Low-rank tensor approximations (Peng et al., 2022) further reduce the computational complexity of time-dependent multi-dimensional Sₙ solvers by approximating the flux as a low-rank decomposition in space and angle, preserving the upwind sweeping structure required for the transport solver. For appropriate ranks $r$, these methods demonstrate that memory usage and runtime can be reduced by over one order of magnitude compared to full-rank approaches, with minimal accuracy loss.

(c) Hybrid MC–Discrete Ordinates Schemes

Hybridization of DOM with Monte Carlo, as in the MC–DG hybrid (Krotz et al., 2023), exploits the strengths of each method: Monte Carlo efficiently simulates the highly directional "uncollided" flux (which is where DOM ray effects are most pronounced), while DOM handles the smoother "collided" component. The resulting approach achieves higher accuracy and substantially reduced computational complexity compared to pure DOM in challenging problems, especially for sharp wavefronts and deep penetration geometries.

4. Analytical Solution Strategies and Convergence Acceleration

In one-dimensional homogeneous and layered media, analytical and semi-analytical approaches improve both stability and precision.

The response matrix (RM/DOM) formulation (Ganapol, 2014) recasts the solution in terms of matrix hyperbolic functions: $$y(t) = H(t)\, y(T_0) + [H(T_0 - t) - H(t)]\, (\text{source term}), \quad H(t) = \sinh(V_A t)$$ where $V_A$ is assembled from the eigenvalues/vectors of the angular operator.
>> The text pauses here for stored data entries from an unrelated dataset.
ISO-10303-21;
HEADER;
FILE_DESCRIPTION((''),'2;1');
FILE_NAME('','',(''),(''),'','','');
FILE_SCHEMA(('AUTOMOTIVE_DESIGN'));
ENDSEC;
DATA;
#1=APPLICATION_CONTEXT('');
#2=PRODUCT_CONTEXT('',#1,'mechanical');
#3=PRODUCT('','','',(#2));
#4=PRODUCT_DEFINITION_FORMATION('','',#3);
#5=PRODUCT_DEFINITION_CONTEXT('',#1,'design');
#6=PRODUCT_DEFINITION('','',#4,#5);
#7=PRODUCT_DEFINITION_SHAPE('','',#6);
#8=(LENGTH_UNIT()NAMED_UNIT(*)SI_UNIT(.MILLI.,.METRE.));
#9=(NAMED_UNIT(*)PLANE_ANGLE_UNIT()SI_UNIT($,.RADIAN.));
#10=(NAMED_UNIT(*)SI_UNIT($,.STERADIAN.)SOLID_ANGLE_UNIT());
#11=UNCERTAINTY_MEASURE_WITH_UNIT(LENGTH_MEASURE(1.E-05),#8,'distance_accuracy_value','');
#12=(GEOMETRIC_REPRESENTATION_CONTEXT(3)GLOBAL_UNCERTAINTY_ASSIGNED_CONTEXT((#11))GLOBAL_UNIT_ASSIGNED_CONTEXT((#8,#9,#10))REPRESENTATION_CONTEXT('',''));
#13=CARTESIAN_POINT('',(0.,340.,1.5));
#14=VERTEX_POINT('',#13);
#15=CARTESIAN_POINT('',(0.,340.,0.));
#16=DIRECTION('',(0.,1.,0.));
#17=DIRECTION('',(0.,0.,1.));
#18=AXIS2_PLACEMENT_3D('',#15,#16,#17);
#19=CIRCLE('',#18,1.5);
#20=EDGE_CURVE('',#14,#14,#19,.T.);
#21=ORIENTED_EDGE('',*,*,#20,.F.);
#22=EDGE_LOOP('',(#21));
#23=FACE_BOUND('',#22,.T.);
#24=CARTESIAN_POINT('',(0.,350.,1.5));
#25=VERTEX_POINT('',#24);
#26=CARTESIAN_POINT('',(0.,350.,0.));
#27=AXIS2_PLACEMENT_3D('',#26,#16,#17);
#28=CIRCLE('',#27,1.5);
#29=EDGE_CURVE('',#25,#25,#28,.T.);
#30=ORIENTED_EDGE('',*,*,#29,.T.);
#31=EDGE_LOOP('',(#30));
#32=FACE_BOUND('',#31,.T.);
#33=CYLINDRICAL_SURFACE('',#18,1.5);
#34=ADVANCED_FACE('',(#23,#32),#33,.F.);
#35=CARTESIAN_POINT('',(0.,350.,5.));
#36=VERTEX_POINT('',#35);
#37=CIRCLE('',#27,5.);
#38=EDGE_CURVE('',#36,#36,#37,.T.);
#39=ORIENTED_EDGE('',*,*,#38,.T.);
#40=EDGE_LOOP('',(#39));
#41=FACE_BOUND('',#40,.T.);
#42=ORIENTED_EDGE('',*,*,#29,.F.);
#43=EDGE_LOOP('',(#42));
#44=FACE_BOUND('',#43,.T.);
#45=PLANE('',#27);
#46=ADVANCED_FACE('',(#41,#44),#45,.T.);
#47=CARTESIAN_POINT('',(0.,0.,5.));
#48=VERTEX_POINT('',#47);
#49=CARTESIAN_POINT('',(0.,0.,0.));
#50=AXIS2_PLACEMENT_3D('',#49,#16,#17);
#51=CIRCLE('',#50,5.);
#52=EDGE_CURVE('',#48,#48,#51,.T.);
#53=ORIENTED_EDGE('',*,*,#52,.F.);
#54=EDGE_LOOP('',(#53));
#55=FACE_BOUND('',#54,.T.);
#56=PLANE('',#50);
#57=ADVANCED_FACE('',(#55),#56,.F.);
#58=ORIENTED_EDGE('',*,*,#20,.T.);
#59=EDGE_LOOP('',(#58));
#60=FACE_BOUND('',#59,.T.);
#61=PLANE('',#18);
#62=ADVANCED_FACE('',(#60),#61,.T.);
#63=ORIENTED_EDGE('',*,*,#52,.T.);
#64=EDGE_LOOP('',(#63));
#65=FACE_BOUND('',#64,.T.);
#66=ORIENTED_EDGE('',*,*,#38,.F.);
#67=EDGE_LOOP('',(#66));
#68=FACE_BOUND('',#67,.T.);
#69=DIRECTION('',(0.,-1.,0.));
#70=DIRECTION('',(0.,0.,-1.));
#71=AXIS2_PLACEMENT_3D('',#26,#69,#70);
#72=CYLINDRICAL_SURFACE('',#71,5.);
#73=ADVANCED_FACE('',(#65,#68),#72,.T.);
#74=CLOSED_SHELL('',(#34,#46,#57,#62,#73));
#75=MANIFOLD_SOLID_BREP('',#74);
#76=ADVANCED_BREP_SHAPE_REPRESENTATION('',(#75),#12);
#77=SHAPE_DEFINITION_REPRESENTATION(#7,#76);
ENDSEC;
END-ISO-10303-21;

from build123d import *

# Parameters (mm, degrees)
SKETCH1_R           = 5
BOSS_EXTRUDE1_DEPTH = 350
SKETCH2_R           = 1.5
CUT_EXTRUDE1_DEPTH  = 10


with BuildPart() as part:
    # Sketch1 → Boss-Extrude1 (new body)
    with BuildSketch(Plane(origin=(0, 0, 0), x_dir=(1, 0, 0), z_dir=(0, 1, 0))):
        Circle(SKETCH1_R)
    extrude(amount=BOSS_EXTRUDE1_DEPTH)

    # Sketch2 → Cut-Extrude1 (cut)
    with BuildSketch(Plane(origin=(0, 350, 0), x_dir=(1, 0, 0), z_dir=(0, 1, 0))):
        Circle(SKETCH2_R)
    extrude(amount=-CUT_EXTRUDE1_DEPTH, mode=Mode.SUBTRACT)


solid = part.part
This avoids the catastrophic cancellation associated with exponentials of widely separated eigenvalues, making the method robust for highly conservative or near-conservative cases.

Convergence of integrated quantities (e.g., reflectance, transmittance) as a function of quadrature order is accelerated using Wynn-epsilon ($\epsilon$) algorithms: $$\epsilon_{-1}(N) = 0, \quad \epsilon_0(N) = R_f(N), \quad \epsilon_{k+1}(N) = \epsilon_{k-1}(N+1) + \frac{1}{\epsilon_k(N+1) - \epsilon_k(N)}$$ This enables computation of slab quantities to $10^{-12}$ relative error with modest $N$, even for thin slabs and challenging phase functions.
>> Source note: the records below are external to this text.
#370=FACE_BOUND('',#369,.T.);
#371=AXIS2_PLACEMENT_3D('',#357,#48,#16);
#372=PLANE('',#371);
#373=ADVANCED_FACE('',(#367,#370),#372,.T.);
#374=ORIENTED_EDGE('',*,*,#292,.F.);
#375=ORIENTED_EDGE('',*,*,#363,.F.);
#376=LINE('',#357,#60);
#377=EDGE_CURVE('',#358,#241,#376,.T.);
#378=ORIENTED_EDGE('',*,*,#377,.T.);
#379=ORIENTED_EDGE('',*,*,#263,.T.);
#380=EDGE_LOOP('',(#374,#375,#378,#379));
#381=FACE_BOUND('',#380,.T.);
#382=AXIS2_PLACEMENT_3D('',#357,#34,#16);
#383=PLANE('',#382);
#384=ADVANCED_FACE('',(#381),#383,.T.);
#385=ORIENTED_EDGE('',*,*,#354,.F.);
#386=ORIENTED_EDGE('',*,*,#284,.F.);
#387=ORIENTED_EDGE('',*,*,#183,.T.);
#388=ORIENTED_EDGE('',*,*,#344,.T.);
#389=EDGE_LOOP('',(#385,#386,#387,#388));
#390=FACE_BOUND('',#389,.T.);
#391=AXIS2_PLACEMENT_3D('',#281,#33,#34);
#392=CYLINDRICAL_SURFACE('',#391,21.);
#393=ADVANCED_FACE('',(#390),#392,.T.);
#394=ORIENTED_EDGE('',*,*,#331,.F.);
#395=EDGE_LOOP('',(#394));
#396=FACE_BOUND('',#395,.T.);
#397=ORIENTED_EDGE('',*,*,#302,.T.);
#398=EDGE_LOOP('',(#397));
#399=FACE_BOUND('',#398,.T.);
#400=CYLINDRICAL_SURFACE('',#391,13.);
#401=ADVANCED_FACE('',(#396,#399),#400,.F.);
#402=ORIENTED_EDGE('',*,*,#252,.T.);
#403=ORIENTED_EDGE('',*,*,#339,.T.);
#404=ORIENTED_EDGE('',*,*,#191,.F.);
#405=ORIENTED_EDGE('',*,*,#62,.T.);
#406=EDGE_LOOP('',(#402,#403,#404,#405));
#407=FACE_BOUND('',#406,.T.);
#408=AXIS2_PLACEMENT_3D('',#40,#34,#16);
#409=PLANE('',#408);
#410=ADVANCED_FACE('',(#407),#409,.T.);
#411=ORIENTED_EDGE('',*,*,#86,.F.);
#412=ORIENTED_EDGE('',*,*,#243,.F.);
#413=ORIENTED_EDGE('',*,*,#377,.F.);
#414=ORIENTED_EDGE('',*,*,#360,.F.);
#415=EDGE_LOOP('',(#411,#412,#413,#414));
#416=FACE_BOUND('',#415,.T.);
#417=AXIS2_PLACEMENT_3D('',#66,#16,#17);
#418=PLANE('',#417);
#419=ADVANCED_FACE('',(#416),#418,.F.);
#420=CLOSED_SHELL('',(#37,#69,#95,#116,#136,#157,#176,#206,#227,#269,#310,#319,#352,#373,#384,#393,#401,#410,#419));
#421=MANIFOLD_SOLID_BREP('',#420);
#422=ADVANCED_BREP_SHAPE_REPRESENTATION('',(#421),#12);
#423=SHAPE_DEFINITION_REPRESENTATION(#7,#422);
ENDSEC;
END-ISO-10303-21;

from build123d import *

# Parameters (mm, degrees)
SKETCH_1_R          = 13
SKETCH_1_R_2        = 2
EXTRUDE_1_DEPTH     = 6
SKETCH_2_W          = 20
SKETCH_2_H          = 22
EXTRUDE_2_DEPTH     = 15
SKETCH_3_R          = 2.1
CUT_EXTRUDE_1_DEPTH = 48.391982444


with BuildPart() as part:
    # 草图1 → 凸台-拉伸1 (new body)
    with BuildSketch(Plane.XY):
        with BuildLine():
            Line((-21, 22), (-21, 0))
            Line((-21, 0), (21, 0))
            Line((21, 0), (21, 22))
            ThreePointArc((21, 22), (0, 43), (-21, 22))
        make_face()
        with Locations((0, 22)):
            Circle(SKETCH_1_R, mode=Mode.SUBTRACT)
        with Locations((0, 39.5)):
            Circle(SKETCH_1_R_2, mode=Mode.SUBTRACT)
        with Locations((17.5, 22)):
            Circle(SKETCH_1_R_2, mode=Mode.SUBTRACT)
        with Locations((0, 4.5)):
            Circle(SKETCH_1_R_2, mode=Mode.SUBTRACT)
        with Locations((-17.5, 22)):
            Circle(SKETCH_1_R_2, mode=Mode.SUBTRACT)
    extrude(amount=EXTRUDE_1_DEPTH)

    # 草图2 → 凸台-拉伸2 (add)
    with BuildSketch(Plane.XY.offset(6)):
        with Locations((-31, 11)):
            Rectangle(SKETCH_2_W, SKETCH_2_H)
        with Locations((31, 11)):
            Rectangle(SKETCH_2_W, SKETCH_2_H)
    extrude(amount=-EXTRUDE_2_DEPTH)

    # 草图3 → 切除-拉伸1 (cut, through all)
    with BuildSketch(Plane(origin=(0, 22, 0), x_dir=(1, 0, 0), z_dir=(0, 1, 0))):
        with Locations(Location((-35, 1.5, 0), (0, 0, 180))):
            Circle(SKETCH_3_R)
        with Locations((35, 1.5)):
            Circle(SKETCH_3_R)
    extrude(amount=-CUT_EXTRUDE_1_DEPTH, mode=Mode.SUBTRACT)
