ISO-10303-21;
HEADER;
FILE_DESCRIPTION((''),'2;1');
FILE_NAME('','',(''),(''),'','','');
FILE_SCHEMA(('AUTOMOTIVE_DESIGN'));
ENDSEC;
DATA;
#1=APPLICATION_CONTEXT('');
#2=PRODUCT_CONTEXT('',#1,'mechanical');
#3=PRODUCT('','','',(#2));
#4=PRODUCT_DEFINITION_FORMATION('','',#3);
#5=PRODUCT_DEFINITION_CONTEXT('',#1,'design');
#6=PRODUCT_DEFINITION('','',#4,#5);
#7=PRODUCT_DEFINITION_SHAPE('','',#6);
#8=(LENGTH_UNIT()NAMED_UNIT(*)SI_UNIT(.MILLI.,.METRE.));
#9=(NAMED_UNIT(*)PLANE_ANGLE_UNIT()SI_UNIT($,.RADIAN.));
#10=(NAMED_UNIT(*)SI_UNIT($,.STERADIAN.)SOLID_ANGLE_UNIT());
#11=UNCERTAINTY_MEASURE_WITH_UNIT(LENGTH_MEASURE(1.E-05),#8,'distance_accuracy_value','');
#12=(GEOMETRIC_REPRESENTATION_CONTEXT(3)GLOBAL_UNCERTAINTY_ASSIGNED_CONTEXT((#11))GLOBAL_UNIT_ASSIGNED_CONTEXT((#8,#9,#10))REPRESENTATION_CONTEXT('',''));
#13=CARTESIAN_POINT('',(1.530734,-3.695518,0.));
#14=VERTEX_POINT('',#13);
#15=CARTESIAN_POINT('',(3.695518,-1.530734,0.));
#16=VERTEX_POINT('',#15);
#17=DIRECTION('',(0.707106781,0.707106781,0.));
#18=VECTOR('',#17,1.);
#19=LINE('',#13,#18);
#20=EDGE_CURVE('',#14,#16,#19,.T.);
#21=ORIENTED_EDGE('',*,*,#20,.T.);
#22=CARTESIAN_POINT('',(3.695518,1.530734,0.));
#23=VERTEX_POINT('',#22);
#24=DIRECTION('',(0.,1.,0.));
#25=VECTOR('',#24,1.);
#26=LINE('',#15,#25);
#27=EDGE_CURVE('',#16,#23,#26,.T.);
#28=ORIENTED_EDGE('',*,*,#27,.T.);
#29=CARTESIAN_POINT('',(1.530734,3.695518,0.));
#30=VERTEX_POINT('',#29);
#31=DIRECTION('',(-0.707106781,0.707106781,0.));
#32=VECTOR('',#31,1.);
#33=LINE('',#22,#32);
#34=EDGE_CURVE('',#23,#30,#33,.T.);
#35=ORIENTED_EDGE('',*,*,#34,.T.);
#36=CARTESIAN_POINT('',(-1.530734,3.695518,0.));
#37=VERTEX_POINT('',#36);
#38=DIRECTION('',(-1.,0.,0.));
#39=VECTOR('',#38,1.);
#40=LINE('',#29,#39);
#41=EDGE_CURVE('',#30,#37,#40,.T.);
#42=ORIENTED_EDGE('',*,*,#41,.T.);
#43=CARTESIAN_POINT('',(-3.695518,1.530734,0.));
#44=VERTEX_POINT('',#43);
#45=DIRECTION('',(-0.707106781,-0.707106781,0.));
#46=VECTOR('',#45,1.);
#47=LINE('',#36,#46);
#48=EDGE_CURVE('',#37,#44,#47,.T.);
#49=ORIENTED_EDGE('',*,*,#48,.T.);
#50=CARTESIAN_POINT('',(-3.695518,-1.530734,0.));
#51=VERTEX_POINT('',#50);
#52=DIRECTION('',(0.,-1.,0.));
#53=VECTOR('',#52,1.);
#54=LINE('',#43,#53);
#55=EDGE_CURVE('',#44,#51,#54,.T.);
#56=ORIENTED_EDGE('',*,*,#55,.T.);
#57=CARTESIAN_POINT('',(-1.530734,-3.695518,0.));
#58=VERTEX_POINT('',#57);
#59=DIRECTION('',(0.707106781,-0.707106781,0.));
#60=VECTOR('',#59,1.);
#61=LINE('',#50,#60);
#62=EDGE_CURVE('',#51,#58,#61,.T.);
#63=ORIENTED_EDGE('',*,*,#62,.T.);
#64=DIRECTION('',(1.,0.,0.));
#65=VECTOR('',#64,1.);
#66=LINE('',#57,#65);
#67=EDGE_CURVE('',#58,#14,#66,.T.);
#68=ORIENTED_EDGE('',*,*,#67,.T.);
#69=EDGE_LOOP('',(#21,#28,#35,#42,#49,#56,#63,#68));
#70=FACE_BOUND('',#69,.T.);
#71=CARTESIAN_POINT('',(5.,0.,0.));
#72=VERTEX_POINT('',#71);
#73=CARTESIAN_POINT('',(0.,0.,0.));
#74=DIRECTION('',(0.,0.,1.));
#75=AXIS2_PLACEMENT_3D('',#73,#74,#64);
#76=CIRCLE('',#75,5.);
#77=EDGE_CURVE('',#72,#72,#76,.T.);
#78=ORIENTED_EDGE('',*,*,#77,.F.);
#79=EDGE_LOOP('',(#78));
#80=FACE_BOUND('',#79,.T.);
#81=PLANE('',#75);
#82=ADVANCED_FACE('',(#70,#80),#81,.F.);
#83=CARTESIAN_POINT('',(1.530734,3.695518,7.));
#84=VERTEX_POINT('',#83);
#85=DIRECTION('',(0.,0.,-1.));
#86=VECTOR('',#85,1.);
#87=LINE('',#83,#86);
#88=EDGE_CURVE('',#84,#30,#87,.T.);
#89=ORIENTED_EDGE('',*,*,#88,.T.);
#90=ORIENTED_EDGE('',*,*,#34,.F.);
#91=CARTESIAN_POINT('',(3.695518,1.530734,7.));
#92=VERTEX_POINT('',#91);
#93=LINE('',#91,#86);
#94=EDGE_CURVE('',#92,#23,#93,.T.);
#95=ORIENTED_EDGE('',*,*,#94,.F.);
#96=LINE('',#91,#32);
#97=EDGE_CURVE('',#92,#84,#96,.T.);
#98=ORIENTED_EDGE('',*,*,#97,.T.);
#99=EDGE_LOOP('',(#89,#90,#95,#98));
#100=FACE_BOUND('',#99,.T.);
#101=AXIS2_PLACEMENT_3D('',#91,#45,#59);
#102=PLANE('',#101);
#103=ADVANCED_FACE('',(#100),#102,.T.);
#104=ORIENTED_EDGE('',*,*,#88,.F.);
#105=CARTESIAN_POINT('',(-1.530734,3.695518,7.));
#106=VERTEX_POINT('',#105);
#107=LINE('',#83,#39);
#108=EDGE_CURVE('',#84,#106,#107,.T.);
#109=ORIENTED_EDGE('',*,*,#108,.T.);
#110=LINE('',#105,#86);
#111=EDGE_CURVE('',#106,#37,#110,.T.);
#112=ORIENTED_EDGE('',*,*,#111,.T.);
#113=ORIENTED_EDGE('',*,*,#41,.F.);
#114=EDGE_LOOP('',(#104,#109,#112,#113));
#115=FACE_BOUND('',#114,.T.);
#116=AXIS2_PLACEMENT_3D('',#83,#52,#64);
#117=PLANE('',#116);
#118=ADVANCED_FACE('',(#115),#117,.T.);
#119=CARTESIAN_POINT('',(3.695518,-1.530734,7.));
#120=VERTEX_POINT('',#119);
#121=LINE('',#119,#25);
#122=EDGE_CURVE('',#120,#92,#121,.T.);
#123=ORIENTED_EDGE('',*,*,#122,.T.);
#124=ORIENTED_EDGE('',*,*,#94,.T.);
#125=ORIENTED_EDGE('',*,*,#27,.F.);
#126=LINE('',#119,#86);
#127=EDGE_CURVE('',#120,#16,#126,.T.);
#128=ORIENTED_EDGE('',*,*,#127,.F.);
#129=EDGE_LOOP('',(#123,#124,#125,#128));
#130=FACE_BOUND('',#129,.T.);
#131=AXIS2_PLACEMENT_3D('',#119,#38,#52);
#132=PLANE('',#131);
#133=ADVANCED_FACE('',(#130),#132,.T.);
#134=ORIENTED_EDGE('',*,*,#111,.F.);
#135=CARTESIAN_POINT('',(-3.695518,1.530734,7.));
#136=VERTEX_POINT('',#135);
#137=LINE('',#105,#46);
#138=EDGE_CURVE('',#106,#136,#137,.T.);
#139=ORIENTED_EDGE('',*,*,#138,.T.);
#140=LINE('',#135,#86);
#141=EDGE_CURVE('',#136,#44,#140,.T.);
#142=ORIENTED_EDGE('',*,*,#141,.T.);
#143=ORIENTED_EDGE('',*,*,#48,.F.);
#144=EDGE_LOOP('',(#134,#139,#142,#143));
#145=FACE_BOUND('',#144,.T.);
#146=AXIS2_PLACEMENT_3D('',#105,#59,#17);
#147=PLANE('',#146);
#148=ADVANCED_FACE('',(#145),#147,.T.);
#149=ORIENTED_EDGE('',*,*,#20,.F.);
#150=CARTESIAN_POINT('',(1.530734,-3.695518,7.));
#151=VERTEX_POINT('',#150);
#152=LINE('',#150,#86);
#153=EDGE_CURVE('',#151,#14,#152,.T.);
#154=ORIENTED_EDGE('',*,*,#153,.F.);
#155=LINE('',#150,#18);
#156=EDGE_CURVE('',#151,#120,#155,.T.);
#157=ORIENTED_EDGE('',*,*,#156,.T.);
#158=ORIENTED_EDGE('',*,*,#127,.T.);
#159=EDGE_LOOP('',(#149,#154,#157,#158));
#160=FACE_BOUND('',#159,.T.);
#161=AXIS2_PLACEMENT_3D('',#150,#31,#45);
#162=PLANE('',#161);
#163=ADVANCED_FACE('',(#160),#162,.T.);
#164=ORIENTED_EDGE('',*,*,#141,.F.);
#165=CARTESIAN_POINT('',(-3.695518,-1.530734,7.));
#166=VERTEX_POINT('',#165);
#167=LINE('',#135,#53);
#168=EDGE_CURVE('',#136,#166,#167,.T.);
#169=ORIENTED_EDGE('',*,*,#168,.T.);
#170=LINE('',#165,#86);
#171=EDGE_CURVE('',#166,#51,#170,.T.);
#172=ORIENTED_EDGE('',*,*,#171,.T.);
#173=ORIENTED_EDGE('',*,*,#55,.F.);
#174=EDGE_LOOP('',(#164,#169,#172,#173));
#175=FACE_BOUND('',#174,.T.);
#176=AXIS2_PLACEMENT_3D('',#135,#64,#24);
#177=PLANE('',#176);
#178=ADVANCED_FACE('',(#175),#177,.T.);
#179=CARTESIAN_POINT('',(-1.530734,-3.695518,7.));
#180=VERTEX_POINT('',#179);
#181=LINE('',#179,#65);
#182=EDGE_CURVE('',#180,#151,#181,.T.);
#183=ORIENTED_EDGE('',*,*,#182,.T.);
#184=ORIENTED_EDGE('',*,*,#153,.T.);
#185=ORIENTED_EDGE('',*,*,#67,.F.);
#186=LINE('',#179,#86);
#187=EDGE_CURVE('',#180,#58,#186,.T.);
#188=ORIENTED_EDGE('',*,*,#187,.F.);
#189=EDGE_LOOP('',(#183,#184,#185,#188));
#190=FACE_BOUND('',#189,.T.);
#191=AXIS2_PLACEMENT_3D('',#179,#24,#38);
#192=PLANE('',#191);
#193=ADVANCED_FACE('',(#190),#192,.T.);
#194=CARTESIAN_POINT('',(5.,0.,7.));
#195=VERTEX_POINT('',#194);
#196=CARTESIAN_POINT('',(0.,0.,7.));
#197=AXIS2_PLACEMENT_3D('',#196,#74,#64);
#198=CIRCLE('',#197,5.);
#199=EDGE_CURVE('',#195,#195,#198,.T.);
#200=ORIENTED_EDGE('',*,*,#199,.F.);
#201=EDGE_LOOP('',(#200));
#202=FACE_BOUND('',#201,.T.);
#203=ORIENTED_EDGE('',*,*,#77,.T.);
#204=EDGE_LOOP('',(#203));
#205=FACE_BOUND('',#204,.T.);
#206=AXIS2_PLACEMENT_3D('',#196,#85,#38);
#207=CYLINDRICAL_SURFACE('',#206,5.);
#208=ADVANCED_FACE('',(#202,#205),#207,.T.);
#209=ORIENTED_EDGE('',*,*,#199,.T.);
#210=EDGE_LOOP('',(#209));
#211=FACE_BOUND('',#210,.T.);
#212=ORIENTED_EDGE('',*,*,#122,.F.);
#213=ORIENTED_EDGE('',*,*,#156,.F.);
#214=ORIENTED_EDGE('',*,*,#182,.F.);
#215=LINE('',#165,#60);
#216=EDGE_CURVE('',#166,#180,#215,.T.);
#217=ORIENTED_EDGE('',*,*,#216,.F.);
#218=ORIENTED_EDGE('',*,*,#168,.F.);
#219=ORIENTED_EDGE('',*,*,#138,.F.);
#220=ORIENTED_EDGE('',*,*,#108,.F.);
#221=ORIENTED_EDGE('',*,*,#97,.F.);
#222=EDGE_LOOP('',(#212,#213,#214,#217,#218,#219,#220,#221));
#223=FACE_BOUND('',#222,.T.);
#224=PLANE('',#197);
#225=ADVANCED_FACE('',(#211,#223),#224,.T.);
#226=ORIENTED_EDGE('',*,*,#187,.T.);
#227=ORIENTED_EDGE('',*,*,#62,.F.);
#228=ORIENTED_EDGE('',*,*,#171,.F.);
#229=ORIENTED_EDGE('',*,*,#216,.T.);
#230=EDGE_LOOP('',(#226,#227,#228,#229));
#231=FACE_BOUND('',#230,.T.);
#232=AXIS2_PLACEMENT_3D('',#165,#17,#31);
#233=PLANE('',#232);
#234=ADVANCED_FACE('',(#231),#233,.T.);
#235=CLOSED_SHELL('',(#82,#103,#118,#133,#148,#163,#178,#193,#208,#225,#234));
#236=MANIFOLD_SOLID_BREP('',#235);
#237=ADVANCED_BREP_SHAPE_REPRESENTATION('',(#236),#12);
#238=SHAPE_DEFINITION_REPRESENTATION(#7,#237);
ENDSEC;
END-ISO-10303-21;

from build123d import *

# Parameters (mm, degrees)
SKETCH2_R           = 5
BOSS_EXTRUDE1_DEPTH = 7


with BuildPart() as part:
    # Sketch2 → Boss-Extrude1 (new body)
    with BuildSketch(Plane.XY):
        Circle(SKETCH2_R)
        Polygon((1.530733729, 3.69551813), (-1.530733729, 3.69551813), (-3.69551813, 1.530733729), (-3.69551813, -1.530733729), (-1.530733729, -3.69551813), (1.530733729, -3.69551813), (3.69551813, -1.530733729), (3.69551813, 1.530733729), align=None, mode=Mode.SUBTRACT)
    extrude(amount=BOSS_EXTRUDE1_DEPTH)


solid = part.part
The same analytical approach can be extended, via the "star product" formulation of response matrices, to heterogeneous slab stacks with different optical properties—enabling recursive, stable solution assembly for complex layered systems (Ganapol, 2014).

5. Extensions to Heterogeneous Media, Complex Geometries, and Advanced Physics

DOM is highly extensible. Layered and heterogeneous systems are efficiently handled via response matrix or star product constructions (Ganapol, 2014, Leonardo et al., 2021), with adjoint and importance solutions computed via specialized nodal methods (e.g., spectral nodal adjoint response matrix).

For complex 2D and 3D geometries, meshless methods combining DOM angular discretization with moving least squares (MLS) spatial approximation have demonstrated robust accuracy (up to $2\%$ relative error in challenging 3D enclosures) without resorting to mesh generation—a practical advantage for radiative transfer in complex domains (Wang et al., 2018).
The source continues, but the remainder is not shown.